Der Vorsitzende Richter Dr. Sebastian Pfotenhauer begründete das Urteil zunächst damit, dass dem Angeklagten die Umstände des Teiches bestens bekannt waren und man auch ohne das Versicherungsschreiben von einer „Verkehrssicherheitspflichtverletzung“ ausgehen müsse: „Sie hätten eingreifen müssen, weil Sie als Bürgermeister dafür verantwortlich sind, dass in den Liegenschaften der Gemeinde niemand zu Schaden kommt.“ Das sei auch nicht damit wegzudiskutieren, dass am Teich noch nie etwas passiert ist. Das Schreiben der Versicherung habe dann deutlich vermittelt: Das ist gefährlich, da muss man was machen. Es sei einfach nicht klar, was da noch hätte kommen sollen.
In Anwesenheit vieler Zuschauer machte der Richter weiter klar, dass der Teich einfach kein natürliches Gewässer sei. Man müsse durch das Urteil nicht die Schwalm, die Lahn oder die Eder einzäunen. Es sei ein menschengemachter Teich, der für Kinder und Nichtschwimmer gerade am Westufer gefährlich ist.
Die Aufsicht der Kinder gerade mit Blick auf den Fünfjährigen sei zwar unzureichend gewesen, aber den Bürgermeister treffe eine Schuld.

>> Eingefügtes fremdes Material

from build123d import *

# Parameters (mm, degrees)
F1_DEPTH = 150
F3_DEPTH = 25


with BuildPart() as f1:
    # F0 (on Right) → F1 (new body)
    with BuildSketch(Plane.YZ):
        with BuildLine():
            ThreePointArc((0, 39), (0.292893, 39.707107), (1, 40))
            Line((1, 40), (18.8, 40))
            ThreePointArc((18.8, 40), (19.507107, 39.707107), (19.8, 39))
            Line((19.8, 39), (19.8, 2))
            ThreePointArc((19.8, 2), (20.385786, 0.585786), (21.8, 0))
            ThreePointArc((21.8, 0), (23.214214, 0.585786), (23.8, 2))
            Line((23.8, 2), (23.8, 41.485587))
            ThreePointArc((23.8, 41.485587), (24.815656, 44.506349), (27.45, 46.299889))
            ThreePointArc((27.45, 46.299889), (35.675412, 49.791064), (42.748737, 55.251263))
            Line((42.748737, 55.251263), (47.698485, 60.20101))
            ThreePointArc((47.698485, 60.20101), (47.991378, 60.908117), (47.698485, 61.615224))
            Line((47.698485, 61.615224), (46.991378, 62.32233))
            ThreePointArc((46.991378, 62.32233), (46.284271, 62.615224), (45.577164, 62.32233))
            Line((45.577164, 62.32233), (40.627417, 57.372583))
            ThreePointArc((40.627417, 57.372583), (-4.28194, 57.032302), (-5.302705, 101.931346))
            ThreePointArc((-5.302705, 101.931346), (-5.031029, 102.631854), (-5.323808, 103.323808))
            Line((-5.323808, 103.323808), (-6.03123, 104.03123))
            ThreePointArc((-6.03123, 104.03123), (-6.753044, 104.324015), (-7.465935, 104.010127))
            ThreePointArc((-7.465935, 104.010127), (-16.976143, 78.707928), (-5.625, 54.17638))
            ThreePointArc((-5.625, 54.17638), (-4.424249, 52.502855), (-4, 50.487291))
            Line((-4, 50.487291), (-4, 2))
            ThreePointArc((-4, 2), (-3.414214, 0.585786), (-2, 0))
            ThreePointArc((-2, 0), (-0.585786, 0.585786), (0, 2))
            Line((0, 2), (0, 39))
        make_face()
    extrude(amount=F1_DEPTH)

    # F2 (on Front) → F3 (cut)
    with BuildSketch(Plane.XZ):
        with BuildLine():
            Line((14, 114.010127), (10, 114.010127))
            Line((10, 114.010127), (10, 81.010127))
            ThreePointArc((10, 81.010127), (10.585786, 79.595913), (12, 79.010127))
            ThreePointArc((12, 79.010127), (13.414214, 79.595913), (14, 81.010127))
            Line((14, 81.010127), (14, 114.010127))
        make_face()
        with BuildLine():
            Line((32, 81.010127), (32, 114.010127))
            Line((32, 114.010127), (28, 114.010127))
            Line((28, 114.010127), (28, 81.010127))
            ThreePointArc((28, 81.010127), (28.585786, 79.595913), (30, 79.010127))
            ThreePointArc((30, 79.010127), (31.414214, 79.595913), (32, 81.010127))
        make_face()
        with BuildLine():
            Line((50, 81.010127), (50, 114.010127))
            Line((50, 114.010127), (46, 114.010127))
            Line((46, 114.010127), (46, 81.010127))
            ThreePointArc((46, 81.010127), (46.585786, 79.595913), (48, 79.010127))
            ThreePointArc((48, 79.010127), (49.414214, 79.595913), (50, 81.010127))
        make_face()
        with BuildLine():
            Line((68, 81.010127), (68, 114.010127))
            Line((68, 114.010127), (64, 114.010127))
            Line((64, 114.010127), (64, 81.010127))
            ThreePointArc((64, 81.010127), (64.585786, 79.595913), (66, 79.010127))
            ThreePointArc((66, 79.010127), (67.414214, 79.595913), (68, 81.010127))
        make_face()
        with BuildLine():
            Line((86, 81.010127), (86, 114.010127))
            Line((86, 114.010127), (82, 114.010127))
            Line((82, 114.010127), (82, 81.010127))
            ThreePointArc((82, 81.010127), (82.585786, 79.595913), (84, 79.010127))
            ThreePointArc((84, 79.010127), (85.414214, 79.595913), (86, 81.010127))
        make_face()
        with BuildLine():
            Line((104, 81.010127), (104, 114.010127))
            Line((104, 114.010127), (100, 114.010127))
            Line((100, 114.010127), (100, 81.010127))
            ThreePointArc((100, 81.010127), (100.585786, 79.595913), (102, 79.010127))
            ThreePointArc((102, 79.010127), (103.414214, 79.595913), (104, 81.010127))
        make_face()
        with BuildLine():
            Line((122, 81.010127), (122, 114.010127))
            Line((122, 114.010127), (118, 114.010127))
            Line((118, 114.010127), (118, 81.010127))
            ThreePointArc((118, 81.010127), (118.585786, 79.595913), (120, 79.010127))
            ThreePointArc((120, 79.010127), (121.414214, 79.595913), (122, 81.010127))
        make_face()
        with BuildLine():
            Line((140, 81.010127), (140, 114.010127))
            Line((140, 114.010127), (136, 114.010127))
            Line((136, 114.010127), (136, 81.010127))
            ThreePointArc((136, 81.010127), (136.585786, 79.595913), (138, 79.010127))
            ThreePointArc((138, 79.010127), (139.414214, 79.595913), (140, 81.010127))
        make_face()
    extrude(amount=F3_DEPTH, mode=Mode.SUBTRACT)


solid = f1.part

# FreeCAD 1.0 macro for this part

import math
import FreeCAD as App
import Part
import Sketcher

V = App.Vector

doc = App.newDocument("Part")
params = doc.addObject("Spreadsheet::Sheet", "Params")
for row, (alias, value) in enumerate([
    ("sketch1_radius", "0.999999 mm"),
    ("sketch1_radius2", "0.999999 mm"),
    ("sketch1_radius3", "1.999999 mm"),
    ("sketch1_radius4", "5.000001 mm"),
    ("sketch1_radius5", "1.000001 mm"),
    ("pad1_length", "150 mm"),
    ("sketch2_radius", "1.999999 mm"),
    ("sketch2_height", "33 mm"),
    ("pocket1_length", "25 mm"),
], start=1):
    params.set(f"A{row}", alias)
    params.set(f"B{row}", "=" + value)
    params.setAlias(f"B{row}", alias)

body = doc.addObject("PartDesign::Body", "Body")

# Sketch on YZ plane
sketch1 = doc.addObject("Sketcher::SketchObject", "Sketch")
body.addObject(sketch1)
sketch1.AttachmentSupport = (doc.YZ_Plane, [""])
sketch1.MapMode = "FlatFace"
sketch1.addGeometry([
    Part.ArcOfCircle(Part.Circle(V(0.999999, 39.000001, 0), V(0, 0, 1), 0.999999), math.radians(89.999957), math.radians(180.000043)),  # 0
    Part.LineSegment(V(1, 40, 0), V(18.8, 40, 0)),  # 1
    Part.ArcOfCircle(Part.Circle(V(18.800001, 39.000001, 0), V(0, 0, 1), 0.999999), math.radians(-0.000043), math.radians(90.000043)),  # 2
    Part.LineSegment(V(19.8, 39, 0), V(19.8, 2, 0)),  # 3
    Part.ArcOfCircle(Part.Circle(V(21.799999, 1.999999, 0), V(0, 0, 1), 1.999999), math.radians(179.999957), math.radians(270.000043)),  # 4
    Part.ArcOfCircle(Part.Circle(V(21.800001, 1.999999, 0), V(0, 0, 1), 1.999999), math.radians(-90.000043), math.radians(0.000043)),  # 5
    Part.LineSegment(V(23.8, 2, 0), V(23.8, 41.485587, 0)),  # 6
    Part.ArcOfCircle(Part.Circle(V(28.800001, 41.485587, 0), V(0, 0, 1), 5.000001), math.radians(105.664274), math.radians(179.999997)),  # 7
    Part.ArcOfCircle(Part.Circle(V(18.000006, 79.999989, 0), V(0, 0, 1), 34.999987), math.radians(-74.335738), math.radians(-44.999994)),  # 8
    Part.LineSegment(V(42.748737, 55.251263, 0), V(47.698485, 60.20101, 0)),  # 9
    Part.ArcOfCircle(Part.Circle(V(46.991377, 60.908117, 0), V(0, 0, 1), 1.000001), math.radians(-44.999957), math.radians(44.999957)),  # 10
    Part.LineSegment(V(47.698485, 61.615224, 0), V(46.991378, 62.32233, 0)),  # 11
    Part.ArcOfCircle(Part.Circle(V(46.284271, 61.615225, 0), V(0, 0, 1), 0.999999), math.radians(44.999904), math.radians(135.000096)),  # 12
    Part.LineSegment(V(45.577164, 62.32233, 0), V(40.627417, 57.372583, 0)),  # 13
    Part.ArcOfCircle(Part.Circle(V(18, 80, 0), V(0, 0, 1), 32), math.radians(136.736502), math.radians(315)),  # 14
    Part.ArcOfCircle(Part.Circle(V(-6.030914, 102.616701, 0), V(0, 0, 1), 1), math.radians(-43.263536), math.radians(45.000058)),  # 15
    Part.LineSegment(V(-5.323808, 103.323808, 0), V(-6.03123, 104.03123, 0)),  # 16
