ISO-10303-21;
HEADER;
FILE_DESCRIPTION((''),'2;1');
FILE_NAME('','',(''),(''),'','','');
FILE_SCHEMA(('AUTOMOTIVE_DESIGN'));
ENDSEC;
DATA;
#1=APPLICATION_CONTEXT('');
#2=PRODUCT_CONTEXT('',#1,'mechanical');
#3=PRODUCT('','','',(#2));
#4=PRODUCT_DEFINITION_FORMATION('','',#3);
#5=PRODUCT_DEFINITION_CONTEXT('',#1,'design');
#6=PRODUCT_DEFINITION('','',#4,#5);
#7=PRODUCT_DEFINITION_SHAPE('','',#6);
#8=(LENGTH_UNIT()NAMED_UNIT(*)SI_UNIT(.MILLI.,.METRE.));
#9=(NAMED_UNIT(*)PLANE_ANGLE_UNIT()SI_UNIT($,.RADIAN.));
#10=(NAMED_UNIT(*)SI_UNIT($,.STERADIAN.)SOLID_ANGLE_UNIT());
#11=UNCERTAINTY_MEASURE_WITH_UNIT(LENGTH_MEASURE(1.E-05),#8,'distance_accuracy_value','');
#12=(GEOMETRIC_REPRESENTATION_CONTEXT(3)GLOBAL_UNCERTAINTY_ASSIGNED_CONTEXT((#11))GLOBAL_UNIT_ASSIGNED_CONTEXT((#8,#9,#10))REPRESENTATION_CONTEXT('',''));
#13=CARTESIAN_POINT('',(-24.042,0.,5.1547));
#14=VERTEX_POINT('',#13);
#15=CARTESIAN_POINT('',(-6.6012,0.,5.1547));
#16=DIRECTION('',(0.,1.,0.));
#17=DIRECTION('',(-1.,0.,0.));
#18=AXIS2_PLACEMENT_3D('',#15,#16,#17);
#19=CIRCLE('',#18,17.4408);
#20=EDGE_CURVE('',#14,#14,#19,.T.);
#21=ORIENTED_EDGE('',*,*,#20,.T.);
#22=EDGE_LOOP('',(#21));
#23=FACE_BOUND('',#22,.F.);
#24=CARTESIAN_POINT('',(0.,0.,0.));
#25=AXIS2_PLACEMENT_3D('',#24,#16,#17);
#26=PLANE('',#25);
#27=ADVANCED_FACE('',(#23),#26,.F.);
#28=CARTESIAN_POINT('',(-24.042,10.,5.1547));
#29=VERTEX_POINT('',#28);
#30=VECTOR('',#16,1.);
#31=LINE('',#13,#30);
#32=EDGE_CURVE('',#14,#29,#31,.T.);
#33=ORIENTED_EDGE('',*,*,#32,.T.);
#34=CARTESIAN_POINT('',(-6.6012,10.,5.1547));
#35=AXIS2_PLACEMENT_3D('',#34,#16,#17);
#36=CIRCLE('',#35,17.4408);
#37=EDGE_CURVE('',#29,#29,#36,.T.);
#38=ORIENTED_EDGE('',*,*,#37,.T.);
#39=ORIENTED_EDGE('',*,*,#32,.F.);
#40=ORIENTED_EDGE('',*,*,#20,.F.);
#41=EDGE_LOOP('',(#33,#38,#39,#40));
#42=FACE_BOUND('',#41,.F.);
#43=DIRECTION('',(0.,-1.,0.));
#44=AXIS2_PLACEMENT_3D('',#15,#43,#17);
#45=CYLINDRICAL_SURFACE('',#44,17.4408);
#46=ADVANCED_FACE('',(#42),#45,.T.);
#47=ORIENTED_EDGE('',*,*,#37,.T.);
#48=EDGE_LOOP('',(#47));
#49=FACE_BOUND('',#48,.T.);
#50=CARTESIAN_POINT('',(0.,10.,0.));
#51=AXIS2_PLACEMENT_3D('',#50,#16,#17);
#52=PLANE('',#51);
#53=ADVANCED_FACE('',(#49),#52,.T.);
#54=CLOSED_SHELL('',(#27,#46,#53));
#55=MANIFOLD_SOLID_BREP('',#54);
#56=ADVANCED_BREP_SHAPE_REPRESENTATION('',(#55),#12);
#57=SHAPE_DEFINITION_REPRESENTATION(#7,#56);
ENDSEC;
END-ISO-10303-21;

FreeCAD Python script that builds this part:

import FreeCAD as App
import Part
import Sketcher

doc = App.newDocument("Part")
body = doc.addObject("PartDesign::Body", "Body")

sketch1 = body.newObject("Sketcher::SketchObject", "Sketch")
sketch1.AttachmentSupport = (doc.getObject("XZ_Plane"), [""])
sketch1.MapMode = "FlatFace"
sketch1.addGeometry(Part.Circle(App.Vector(-7, 5, 0), App.Vector(0, 0, 1), 17), False)
sketch1.addConstraint([
    Sketcher.Constraint("Diameter", 0, 34.8816),
    Sketcher.Constraint("DistanceX", 0, 3, -1, 1, 6.6012),
    Sketcher.Constraint("DistanceY", -1, 1, 0, 3, 5.1547),
])
pad1 = body.newObject("PartDesign::Pad", "Pad")
pad1.Profile = sketch1
pad1.Length = 10
pad1.Reversed = True

doc.recompute()
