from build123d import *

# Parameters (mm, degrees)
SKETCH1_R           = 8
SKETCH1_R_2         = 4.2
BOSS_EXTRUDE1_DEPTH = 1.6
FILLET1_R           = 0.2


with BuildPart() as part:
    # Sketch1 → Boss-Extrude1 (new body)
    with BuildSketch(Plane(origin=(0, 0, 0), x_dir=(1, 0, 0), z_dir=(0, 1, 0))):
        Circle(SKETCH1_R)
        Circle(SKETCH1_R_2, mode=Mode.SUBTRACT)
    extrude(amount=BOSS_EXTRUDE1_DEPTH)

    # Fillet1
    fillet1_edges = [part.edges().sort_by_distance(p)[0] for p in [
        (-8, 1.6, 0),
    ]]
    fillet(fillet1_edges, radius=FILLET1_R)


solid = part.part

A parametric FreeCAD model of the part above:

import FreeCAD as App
import Part
import Sketcher

V = App.Vector
Q = App.Units.Quantity


def edges_at(feature, points):
    """Names of the edges that pass closest to the given points."""
    edges = feature.Shape.Edges
    near = lambda p: min(range(len(edges)), key=lambda i: edges[i].distToShape(Part.Vertex(*p))[0])
    return sorted({f"Edge{near(p) + 1}" for p in points})

doc = App.newDocument("Part")
body = doc.addObject("PartDesign::Body", "Body")

# Sketch on XZ plane
sketch1 = body.newObject("Sketcher::SketchObject", "Sketch")
sketch1.AttachmentSupport = (doc.getObject("XZ_Plane"), [""])
sketch1.MapMode = "FlatFace"
sketch1.addGeometry([
    Part.Circle(V(0, 0, 0), V(0, 0, 1), 8),
    Part.Circle(V(0, 0, 0), V(0, 0, 1), 4.2),
], False)
sketch1.addConstraint([
    Sketcher.Constraint("Coincident", 0, 3, -1, 1),
    Sketcher.Constraint("Coincident", 1, 3, -1, 1),
    Sketcher.Constraint("Diameter", 0, Q("16 mm")),
    Sketcher.Constraint("Diameter", 1, Q("8.4 mm")),
])
pad1 = body.newObject("PartDesign::Pad", "Pad")
pad1.Profile = sketch1
pad1.Length = 1.6
pad1.Reversed = True
doc.recompute()

fillet = body.newObject("PartDesign::Fillet", "Fillet")
fillet.Base = (pad1, edges_at(pad1, [(-8, 1.6, 0)]))
fillet.Radius = 0.2

doc.recompute()
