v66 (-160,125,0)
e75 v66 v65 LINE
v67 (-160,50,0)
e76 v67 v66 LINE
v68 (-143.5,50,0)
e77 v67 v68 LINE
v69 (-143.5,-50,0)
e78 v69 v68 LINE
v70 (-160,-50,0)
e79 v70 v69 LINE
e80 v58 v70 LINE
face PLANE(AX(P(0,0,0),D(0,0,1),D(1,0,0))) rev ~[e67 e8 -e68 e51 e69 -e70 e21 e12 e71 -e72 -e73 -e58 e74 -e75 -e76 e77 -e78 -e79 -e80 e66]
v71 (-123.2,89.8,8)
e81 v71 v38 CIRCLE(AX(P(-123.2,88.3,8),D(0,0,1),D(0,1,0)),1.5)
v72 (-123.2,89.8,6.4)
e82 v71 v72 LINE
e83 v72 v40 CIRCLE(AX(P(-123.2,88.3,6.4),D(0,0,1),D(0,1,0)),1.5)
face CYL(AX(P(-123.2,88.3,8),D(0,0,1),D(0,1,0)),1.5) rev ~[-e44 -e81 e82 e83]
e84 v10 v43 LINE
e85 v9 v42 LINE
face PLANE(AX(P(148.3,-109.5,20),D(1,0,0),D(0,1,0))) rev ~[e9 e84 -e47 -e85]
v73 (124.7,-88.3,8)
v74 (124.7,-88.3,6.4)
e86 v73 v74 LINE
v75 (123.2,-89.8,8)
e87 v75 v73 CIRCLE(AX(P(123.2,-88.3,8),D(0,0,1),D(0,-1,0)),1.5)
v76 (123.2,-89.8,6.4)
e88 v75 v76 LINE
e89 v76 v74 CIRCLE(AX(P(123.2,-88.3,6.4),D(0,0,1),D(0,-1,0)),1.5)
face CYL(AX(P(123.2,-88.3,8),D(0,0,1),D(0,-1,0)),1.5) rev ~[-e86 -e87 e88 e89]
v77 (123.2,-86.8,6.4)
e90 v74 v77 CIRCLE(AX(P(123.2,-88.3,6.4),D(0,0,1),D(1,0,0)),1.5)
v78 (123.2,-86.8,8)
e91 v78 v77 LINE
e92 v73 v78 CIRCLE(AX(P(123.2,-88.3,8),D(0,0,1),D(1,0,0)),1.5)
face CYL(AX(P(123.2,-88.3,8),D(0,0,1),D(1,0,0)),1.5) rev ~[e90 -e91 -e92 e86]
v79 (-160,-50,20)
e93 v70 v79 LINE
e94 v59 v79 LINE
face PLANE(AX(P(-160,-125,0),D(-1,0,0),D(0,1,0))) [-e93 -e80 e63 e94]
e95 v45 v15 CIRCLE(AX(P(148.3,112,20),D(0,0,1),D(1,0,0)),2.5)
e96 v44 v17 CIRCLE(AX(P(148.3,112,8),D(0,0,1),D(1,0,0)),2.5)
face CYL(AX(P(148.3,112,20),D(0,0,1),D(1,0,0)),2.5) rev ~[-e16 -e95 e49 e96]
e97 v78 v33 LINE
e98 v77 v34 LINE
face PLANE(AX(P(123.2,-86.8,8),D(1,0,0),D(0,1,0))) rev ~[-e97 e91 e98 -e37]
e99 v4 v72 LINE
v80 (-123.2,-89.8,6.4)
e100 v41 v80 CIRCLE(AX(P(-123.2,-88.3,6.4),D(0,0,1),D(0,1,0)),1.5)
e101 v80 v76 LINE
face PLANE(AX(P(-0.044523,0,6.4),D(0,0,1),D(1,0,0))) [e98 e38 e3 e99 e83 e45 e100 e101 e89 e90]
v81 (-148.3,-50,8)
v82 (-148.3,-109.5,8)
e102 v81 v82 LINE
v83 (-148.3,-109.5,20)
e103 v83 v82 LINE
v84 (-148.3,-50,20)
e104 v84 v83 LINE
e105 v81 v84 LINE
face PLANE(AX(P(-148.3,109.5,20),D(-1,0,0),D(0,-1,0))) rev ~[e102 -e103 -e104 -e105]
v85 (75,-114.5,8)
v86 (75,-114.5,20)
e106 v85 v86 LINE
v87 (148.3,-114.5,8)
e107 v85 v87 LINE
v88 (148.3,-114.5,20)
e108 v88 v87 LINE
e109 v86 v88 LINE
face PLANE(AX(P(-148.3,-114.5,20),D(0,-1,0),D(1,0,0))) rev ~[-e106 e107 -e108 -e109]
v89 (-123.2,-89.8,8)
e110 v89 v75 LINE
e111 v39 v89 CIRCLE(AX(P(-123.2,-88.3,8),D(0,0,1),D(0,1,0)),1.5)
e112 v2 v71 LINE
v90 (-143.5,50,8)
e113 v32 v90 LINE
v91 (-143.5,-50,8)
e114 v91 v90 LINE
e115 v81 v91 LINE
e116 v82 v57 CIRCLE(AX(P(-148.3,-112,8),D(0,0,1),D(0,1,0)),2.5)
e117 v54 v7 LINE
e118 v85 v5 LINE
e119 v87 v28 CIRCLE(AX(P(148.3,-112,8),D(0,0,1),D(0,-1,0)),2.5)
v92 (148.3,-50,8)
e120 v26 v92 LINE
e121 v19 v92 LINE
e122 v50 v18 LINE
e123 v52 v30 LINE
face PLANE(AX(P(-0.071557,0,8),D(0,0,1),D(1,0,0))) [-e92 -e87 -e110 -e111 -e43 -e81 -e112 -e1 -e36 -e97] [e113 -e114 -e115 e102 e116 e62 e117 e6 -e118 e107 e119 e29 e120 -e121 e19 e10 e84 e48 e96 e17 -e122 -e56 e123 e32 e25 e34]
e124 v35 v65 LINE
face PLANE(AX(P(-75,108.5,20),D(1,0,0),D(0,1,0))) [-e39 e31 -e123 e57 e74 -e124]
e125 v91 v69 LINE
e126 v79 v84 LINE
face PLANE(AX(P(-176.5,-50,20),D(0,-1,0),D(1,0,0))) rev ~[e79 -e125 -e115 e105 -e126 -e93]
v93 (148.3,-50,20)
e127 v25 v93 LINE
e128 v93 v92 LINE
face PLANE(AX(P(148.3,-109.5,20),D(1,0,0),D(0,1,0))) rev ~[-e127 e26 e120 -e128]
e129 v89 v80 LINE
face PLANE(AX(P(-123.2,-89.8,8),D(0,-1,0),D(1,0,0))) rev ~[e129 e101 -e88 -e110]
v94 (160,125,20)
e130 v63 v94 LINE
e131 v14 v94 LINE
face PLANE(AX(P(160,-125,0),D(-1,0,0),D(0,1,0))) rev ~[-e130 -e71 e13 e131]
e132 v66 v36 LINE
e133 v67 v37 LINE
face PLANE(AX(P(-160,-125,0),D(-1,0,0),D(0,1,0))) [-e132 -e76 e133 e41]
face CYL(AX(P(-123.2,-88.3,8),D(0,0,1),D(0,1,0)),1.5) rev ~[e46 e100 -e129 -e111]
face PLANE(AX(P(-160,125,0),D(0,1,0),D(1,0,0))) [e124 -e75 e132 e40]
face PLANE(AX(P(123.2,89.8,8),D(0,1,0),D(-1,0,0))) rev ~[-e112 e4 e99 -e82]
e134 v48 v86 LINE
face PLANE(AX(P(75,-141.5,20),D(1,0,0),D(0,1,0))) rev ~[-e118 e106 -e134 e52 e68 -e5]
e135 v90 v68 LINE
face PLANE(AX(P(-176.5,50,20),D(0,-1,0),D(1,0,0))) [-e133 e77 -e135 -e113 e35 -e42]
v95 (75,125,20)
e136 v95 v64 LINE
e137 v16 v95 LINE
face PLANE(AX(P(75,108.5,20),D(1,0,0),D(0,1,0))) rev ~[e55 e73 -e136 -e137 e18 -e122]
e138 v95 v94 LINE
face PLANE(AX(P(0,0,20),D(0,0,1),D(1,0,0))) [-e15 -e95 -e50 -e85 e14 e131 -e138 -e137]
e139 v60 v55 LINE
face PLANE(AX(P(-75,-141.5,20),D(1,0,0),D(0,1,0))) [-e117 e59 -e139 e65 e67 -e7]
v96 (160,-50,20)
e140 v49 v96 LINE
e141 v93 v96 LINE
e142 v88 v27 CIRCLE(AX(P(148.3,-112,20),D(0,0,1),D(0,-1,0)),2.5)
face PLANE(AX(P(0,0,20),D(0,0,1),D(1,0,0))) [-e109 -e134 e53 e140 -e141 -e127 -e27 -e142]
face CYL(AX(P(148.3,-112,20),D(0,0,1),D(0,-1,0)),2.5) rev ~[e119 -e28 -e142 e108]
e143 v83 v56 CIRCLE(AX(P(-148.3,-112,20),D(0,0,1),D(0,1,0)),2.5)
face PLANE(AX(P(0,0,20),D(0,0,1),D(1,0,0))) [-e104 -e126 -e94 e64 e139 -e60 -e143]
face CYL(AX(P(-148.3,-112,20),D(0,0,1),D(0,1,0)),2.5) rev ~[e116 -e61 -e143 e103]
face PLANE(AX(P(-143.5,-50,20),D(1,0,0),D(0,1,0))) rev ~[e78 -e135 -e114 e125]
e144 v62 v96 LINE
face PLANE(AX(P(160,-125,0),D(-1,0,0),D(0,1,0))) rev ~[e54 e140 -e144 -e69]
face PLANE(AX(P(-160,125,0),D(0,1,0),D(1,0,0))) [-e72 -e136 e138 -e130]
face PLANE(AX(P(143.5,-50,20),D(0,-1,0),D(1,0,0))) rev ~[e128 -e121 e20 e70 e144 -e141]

Das „Handlungsunrecht“ sei jetzt noch größer als vor dem Amtsgericht, weil sich herausgestellt habe, dass er trotz mehrfacher Sensibilisierung nicht tätig wurde. Weiter sagte Richter Dr. Pfotenhauer, dass für jemanden, der nicht immer dort lebe, die Gefahr nicht sofort ersichtlich war.
„Weil das Kinder waren, die sich nicht selbst schützen können, müssen Sie die schützen“, so der Vorsitzende zu Olbrich. Weiter
Einige Mitarbeiter der Verwaltung hätten „so was wie eine Wagenburg um ihren Bürgermeister gebaut.“ Für die Kammer bestand aber kein Zweifel daran, dass es die Wahrheit war, was ein entscheidender Zeuge am dritten Prozesstag ausgesagt hatte: Der Auftrag, bei der Versicherung nachzufragen, war vom Bürgermeister an den Zeugen herangetragen worden, es gab eine Besprechung und die Anweisung, das Schreiben per Mail weiterzuleiten.
Der Zeuge hatte nach Ansicht der Kammer einen „offensichtlichen Loyalitätskonflikt“, war aber im Gegensatz zu anderen Mitarbeitern der Verwaltung offen, wenngleich er sich im Zeugenstand nicht wohlfühlte. Es gebe keinen Anhaltspunkt, warum der Zeuge den Angeklagten fälschlicherweise belasten sollte.
Die Staatsanwaltschaft hatte eine Freiheitsstrafe von einem Jahr zur Bewährung plus eine Zahlung von 30 000 Euro an die Eltern beantragt, die Verteidigung hatte auf Freispruch plädiert. Gegen das Urteil kann Revision eingelegt werden.